# [Your instructions]
Your task is to copy the lines of the data below from the line holding "e34 v23 v12 LINE" through the line holding "e47 v10 v23 LINE", inclusive, exactly and with nothing added.

# [Data for this exercise]

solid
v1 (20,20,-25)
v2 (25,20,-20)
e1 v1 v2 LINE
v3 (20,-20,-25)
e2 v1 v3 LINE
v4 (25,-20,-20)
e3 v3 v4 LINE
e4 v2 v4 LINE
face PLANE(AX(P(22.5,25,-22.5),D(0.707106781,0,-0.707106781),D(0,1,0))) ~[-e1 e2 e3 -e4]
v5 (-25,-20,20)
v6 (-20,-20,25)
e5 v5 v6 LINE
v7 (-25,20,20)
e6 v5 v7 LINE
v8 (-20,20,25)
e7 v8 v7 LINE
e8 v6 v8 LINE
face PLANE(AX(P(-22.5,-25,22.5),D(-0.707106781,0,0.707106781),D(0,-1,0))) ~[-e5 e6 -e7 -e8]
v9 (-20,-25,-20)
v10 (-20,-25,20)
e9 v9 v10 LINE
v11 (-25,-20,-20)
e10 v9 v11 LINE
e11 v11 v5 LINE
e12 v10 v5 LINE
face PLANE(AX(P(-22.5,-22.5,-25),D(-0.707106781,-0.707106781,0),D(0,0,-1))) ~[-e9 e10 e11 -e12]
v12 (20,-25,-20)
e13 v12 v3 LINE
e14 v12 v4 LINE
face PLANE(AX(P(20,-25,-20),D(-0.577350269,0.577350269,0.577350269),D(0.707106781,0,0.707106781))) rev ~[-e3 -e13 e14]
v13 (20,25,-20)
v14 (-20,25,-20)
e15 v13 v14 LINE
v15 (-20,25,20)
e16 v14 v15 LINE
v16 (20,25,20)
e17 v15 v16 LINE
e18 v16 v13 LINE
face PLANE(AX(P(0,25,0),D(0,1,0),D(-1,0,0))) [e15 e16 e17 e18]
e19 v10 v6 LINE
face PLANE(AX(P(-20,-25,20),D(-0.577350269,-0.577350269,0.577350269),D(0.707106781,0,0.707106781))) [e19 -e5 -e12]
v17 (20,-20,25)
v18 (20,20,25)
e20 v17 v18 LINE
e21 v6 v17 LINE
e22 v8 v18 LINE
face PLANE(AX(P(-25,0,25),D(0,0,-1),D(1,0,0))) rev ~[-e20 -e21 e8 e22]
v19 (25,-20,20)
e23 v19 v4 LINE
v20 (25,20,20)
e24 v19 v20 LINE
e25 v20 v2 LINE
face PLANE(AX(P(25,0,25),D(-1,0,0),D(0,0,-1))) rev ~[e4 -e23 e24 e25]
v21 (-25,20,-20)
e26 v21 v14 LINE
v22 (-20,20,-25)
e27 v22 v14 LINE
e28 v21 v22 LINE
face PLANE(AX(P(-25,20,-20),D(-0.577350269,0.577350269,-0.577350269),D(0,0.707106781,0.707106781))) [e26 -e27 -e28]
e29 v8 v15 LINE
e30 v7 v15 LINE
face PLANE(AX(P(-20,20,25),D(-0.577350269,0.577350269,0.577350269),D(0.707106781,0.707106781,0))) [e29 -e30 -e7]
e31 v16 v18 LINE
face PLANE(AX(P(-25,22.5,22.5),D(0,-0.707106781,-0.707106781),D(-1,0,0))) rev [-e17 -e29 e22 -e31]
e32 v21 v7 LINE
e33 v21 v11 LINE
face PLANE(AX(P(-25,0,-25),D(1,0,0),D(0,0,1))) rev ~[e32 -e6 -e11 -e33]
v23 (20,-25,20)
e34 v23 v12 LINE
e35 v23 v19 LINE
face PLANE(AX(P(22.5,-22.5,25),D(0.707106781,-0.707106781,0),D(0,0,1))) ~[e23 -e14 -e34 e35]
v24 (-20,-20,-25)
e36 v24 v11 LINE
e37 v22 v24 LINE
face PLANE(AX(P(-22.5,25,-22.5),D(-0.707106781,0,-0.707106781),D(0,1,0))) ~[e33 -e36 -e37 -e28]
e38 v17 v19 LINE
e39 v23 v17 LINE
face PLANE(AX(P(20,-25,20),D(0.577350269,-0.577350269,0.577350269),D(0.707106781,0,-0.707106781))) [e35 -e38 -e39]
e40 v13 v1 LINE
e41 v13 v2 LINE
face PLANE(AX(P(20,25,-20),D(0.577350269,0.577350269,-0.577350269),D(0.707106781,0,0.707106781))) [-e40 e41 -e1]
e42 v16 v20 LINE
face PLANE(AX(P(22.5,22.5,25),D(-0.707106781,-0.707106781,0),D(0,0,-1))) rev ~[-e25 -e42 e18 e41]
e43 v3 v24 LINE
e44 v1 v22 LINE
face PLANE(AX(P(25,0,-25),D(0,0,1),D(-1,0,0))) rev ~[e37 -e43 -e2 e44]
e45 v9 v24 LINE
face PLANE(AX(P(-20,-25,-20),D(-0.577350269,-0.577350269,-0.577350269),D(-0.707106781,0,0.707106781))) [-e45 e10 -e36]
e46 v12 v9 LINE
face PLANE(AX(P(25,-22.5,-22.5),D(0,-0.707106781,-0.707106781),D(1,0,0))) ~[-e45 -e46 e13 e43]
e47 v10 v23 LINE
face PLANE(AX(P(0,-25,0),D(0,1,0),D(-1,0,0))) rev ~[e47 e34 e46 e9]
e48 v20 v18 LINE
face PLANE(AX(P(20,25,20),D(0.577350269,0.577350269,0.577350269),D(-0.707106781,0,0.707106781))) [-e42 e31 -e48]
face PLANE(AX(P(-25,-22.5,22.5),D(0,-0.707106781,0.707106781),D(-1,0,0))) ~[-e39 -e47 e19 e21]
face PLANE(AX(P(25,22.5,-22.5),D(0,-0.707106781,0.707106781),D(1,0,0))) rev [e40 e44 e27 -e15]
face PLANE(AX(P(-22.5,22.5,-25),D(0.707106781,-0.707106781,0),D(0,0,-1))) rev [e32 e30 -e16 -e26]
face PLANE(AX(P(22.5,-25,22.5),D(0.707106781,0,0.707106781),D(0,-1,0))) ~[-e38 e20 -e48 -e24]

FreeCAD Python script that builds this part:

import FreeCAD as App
import Part
import Sketcher

V = App.Vector
Q = App.Units.Quantity


def add_polygon(sketch, points):
    """Adds a closed chain of lines whose ends are joined by coincident constraints."""
    first, n = sketch.GeometryCount, len(points)
    for a, b in zip(points, points[1:] + points[:1]):
        sketch.addGeometry(Part.LineSegment(App.Vector(*a, 0), App.Vector(*b, 0)), False)
    for i in range(n):
        sketch.addConstraint(Sketcher.Constraint("Coincident", first + i, 2, first + (i + 1) % n, 1))

doc = App.newDocument("Part")
params = doc.addObject("Spreadsheet::Sheet", "Params")
for row, (alias, value) in enumerate([
    ("sketch1_width", "50 mm"),
    ("pad1_length", "50 mm"),
    ("chamfer_size", "5 mm"),
], start=1):
    params.set(f"A{row}", alias)
    params.set(f"B{row}", "=" + value)
    params.setAlias(f"B{row}", alias)

body = doc.addObject("PartDesign::Body", "Body")

sketch1 = doc.addObject("Sketcher::SketchObject", "Sketch")
body.addObject(sketch1)
sketch1.AttachmentSupport = (doc.XZ_Plane, [""])
sketch1.MapMode = "FlatFace"
add_polygon(sketch1, [(-25, -25), (-25, 25), (25, 25), (25, -25)])
sketch1.addConstraint([
    Sketcher.Constraint("Vertical", 0),
    Sketcher.Constraint("Horizontal", 1),
    Sketcher.Constraint("Vertical", 2),
    Sketcher.Constraint("Horizontal", 3),
    Sketcher.Constraint("Symmetric", 0, 2, 2, 2, -1, 1),
    Sketcher.Constraint("Equal", 3, 0),
    Sketcher.Constraint("DistanceX", 1, 1, 1, 2, Q("50 mm")),
])
sketch1.setExpression("Constraints[10]", "Params.sketch1_width")
pad1 = doc.addObject("PartDesign::Pad", "Pad")
body.addObject(pad1)
pad1.Profile = sketch1
pad1.setExpression("Length", "Params.pad1_length")
pad1.Midplane = True
doc.recompute()

chamfer = doc.addObject("PartDesign::Chamfer", "Chamfer")
body.addObject(chamfer)
chamfer.Base = (pad1, ["Edge1"])
chamfer.UseAllEdges = True
chamfer.setExpression("Size", "Params.chamfer_size")

doc.recompute()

# [Answer box]
e34 v23 v12 LINE
e35 v23 v19 LINE
face PLANE(AX(P(22.5,-22.5,25),D(0.707106781,-0.707106781,0),D(0,0,1))) ~[e23 -e14 -e34 e35]
v24 (-20,-20,-25)
e36 v24 v11 LINE
e37 v22 v24 LINE
face PLANE(AX(P(-22.5,25,-22.5),D(-0.707106781,0,-0.707106781),D(0,1,0))) ~[e33 -e36 -e37 -e28]
e38 v17 v19 LINE
e39 v23 v17 LINE
face PLANE(AX(P(20,-25,20),D(0.577350269,-0.577350269,0.577350269),D(0.707106781,0,-0.707106781))) [e35 -e38 -e39]
e40 v13 v1 LINE
e41 v13 v2 LINE
face PLANE(AX(P(20,25,-20),D(0.577350269,0.577350269,-0.577350269),D(0.707106781,0,0.707106781))) [-e40 e41 -e1]
e42 v16 v20 LINE
face PLANE(AX(P(22.5,22.5,25),D(-0.707106781,-0.707106781,0),D(0,0,-1))) rev ~[-e25 -e42 e18 e41]
e43 v3 v24 LINE
e44 v1 v22 LINE
face PLANE(AX(P(25,0,-25),D(0,0,1),D(-1,0,0))) rev ~[e37 -e43 -e2 e44]
e45 v9 v24 LINE
face PLANE(AX(P(-20,-25,-20),D(-0.577350269,-0.577350269,-0.577350269),D(-0.707106781,0,0.707106781))) [-e45 e10 -e36]
e46 v12 v9 LINE
face PLANE(AX(P(25,-22.5,-22.5),D(0,-0.707106781,-0.707106781),D(1,0,0))) ~[-e45 -e46 e13 e43]
e47 v10 v23 LINE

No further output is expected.